Some special functions take two arguments, and some can take either one or two arguments. If two arguments are given, they are separated by a comma.
Note that math functions may not be used in string expressions, only math expressions. For example, you may not use Msg="Number = " + rand(0,100). Instead, you can use A=rand(0,100) followed by Msg="Number = " + A.
log() Natural logarithm (base e) ln() (Same as above) log10() Common logarithm (base 10) log2() Base-2 logarithm exp10() Raise 10 to a power exp() Raise e to a power exp2() Raise 2 to a power sqrt() Square root
Note that the logarithm of zero or a negative number is undefined, and will return an error value equal to the maximum negative for the type of variable in use. There is no such issue with exponentials or square roots, although the square root of a negative number will be positive.
All angles are in radians. There are 2 * pi radians in a circle of 360 degrees, so to convert radians to degrees, multiply by 360 / (2 * pi). To convert degrees to radians, multiply by 2 * pi / 360.
sin() Sine of an angle cos() Cosine of an angle tan() Tangent of an angle asin() Arc sine; angle whose sine is () acos() Arc cosine; angle whose cosine is () atan() Arc tangent; angle whose tangent is ()

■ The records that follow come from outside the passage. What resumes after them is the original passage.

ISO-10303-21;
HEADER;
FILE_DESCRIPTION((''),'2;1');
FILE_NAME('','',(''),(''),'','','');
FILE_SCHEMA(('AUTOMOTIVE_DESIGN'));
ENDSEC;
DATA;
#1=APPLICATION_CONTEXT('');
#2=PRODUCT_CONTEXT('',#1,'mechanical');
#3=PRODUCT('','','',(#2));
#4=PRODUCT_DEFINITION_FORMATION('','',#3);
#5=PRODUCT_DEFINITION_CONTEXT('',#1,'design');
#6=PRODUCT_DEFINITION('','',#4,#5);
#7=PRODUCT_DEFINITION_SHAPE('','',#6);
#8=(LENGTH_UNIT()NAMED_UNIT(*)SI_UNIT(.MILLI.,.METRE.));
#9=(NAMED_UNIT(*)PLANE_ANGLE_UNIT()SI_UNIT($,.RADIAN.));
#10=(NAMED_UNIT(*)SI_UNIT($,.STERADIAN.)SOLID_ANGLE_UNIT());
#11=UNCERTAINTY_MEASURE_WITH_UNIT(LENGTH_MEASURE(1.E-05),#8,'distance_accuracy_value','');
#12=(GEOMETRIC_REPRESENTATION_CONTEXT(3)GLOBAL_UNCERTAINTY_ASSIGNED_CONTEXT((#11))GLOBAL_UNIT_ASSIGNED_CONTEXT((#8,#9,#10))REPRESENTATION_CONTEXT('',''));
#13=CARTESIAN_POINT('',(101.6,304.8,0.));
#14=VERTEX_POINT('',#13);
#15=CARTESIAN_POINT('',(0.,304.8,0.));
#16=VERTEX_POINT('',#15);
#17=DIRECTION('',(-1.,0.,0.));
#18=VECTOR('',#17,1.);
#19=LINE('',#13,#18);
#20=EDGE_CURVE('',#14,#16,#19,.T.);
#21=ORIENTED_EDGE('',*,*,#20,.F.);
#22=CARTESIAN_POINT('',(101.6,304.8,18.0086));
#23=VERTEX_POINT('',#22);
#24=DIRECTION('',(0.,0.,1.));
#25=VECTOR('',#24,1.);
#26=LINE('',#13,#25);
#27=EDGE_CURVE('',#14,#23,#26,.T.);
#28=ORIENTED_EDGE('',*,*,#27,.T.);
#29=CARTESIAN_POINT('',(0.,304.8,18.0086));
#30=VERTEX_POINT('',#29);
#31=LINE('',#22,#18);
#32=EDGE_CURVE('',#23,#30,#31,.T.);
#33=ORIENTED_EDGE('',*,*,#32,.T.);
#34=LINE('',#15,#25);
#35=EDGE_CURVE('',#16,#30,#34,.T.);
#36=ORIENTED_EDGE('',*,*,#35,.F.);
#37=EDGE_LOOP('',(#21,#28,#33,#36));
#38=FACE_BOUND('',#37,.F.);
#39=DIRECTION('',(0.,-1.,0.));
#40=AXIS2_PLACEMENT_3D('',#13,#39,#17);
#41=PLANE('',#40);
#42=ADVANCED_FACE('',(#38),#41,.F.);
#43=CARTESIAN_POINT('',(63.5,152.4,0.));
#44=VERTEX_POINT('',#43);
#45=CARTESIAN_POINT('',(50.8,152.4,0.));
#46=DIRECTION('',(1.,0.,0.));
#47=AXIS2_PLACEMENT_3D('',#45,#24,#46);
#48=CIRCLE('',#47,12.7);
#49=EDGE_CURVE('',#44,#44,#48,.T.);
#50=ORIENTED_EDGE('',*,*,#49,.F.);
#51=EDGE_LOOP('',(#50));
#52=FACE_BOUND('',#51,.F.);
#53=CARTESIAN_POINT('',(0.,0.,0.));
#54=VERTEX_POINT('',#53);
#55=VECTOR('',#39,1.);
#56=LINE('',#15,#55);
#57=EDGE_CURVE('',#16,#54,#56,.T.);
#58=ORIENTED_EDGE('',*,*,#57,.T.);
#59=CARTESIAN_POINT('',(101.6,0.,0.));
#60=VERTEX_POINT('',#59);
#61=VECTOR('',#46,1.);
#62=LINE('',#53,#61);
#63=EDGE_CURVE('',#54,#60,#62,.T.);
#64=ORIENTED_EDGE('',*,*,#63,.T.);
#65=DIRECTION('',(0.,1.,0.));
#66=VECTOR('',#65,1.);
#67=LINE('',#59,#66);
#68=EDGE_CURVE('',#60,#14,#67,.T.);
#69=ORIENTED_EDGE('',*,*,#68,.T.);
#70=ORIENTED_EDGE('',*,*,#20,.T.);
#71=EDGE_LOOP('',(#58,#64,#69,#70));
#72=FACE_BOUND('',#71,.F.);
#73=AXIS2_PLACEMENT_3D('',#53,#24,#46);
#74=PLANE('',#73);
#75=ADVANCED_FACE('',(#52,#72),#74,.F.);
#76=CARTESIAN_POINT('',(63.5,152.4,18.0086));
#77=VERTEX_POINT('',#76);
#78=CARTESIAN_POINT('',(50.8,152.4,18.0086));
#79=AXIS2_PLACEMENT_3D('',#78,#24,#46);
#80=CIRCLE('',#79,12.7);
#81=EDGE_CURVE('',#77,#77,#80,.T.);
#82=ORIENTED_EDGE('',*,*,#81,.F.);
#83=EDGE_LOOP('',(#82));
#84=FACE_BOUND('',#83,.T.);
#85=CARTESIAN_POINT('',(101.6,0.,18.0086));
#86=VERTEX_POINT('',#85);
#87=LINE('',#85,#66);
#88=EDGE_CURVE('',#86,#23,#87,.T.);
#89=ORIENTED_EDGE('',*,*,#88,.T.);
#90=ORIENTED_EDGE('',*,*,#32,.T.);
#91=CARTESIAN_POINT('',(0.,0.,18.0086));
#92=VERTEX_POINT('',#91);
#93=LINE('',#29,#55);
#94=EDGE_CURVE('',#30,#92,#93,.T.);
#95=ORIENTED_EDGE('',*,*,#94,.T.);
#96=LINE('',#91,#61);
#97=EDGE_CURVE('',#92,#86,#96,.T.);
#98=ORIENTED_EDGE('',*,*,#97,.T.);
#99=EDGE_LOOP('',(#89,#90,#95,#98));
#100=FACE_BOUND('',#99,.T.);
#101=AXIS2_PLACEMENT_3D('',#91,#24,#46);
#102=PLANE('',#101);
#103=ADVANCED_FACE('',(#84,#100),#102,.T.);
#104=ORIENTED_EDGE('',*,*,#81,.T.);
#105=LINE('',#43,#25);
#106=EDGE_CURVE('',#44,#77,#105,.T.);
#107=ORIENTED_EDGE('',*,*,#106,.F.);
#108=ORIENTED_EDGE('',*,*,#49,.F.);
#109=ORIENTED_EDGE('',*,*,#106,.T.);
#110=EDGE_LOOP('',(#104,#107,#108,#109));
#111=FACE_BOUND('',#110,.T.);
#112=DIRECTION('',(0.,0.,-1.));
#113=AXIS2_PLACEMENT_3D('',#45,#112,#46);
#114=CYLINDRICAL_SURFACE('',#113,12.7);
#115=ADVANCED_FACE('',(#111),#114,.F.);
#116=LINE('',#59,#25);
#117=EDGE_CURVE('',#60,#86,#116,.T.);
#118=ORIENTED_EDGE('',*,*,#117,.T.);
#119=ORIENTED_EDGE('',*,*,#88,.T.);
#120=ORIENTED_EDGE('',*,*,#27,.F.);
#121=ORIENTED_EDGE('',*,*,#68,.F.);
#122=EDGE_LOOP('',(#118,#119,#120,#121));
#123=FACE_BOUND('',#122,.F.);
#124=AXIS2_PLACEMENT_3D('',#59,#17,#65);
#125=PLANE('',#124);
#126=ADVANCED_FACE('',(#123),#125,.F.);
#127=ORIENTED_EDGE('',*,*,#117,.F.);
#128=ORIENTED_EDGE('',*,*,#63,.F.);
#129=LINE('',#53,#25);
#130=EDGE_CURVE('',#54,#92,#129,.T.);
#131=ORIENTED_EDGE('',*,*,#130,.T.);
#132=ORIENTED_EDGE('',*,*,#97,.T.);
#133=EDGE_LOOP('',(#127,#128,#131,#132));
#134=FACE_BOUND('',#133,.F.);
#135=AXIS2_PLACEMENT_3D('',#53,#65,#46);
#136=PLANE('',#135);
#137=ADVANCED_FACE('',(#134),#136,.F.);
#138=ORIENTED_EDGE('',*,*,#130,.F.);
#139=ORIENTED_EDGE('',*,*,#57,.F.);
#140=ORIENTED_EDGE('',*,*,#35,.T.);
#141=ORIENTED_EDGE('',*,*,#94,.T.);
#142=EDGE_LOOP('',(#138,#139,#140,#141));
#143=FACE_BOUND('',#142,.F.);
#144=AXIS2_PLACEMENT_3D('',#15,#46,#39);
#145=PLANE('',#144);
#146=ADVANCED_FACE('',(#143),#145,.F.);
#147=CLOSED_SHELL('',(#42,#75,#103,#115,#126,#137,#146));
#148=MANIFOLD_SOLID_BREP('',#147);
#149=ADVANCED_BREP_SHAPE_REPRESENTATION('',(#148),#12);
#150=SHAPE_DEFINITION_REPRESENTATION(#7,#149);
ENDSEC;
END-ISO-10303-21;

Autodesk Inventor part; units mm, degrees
ref_plane "YZ Plane" through (0, 0, 0) normal (1, 0, 0) x (0, 1, 0)
ref_plane "XZ Plane" through (0, 0, 0) normal (0, 1, 0) x (-1, 0, 0)
ref_plane "XY Plane" through (0, 0, 0) normal (0, 0, 1) x (1, 0, 0)
sketch "Sketch1" plane through (0, 0, 0) normal (0, 0, 1) x (1, 0, 0)
  line L0 (0, 0) -> (101.6, 0)
  line L1 (101.6, 0) -> (101.6, 304.8)
  line L2 (101.6, 304.8) -> (0, 304.8)
  line L3 (0, 304.8) -> (0, 0)
  circle A0 centre (50.8, 152.4) radius 12.7
  dimension "d0" = 101.6
  dimension "d1" = 304.8
  dimension "d2" = 25.4
  dimension "d3" = 152.4
  dimension "d4" = 50.8
extrude "Extrusion1" add sketch "Sketch1" along normal blind 18.0086
properties part number "Tube Ring Joiner"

Note: The atan() function can accept either one or two arguments. If two arguments are given they are assumed to be in the form atan(Y,X), which is the angle whose tangent is Y / X. In the C programming language this would be called atan2. This two-argument form is preferable where possible, because it does not have the divide-by-zero issues that would result from pre-dividing Y / X, and because it can can keep track of the sign of the resultant angle over all 4 quadrants
sinh() Hyperbolic sine cosh() Hyperbolic cosine tanh() Hyperbolic tangent asinh() Hyperbolic arc sine acosh() Hyperbolic arc cosine atanh() Hyperbolic arc tangent
abs() Absolute value sgn() Sign of () = 0, +1, or -1 sign() Sign of () = +1 or -1 int() Integer part of (), no rounding fix() As above, but negatives truncate toward 0 cint() Rounds away from 0 if abs(fraction) >= 0.5 ceil() Rounds to next-highest integer
A abs(A) sgn(A) sign(A) int(A) fix(A) cint(A) ceil(A) 3.7 3.7 1.0 1.0 3.0 3.0 4.0 4.0 3.1 3.1 1.0 1.0 3.0 3.0 3.0 4.0 0 0 0 1.0 0 0 0 0 -3.1 3.1 -1.0 -1.0 -4.0 -3.0 -3.0 -3.0 -3.7 3.7 -1.0 -1.0 -4.0 -3.0 -4.0 -3.0
Note: If you are familiar with the C programming language, Daqarta's int() is equivalent to C's floor(). Similarly, fix() is equivalent to trunc().
Daqarta's integer and fixed-point variables are assumed to be signed values in the range of 2^31-1 to -2^31. However, you may encounter unsigned 32-bit integers from such sources as Arduino boards. If an unsigned integer is less than 2^31 there is no problem, but if it is larger it will be treated as a negative value by Daqarta. To avoid this issue, you can use the uns() function to force it to be treated as an unsigned float variable.
For example, if you use UA=Port?4 to read a 4-byte unsigned Arduino 'long' value into integer UA, you can follow it with A=uns(UA) to make sure that floating point variable A is properly unsigned over the full 32-bit range.
This function accepts an unsigned 32-bit binary integer in UI and returns the equivalent ASCII string. The returned value is always 4 ASCII characters, padded with zeros as needed. For example, if UI = 32 then str(UI) = h30303332 = "0032".
Note that the 4-character result limits the useful range to 0-9999. Larger values will be truncated after conversion. For example, if UI = 123456789 then str(UI) will be h31323334 = "1234".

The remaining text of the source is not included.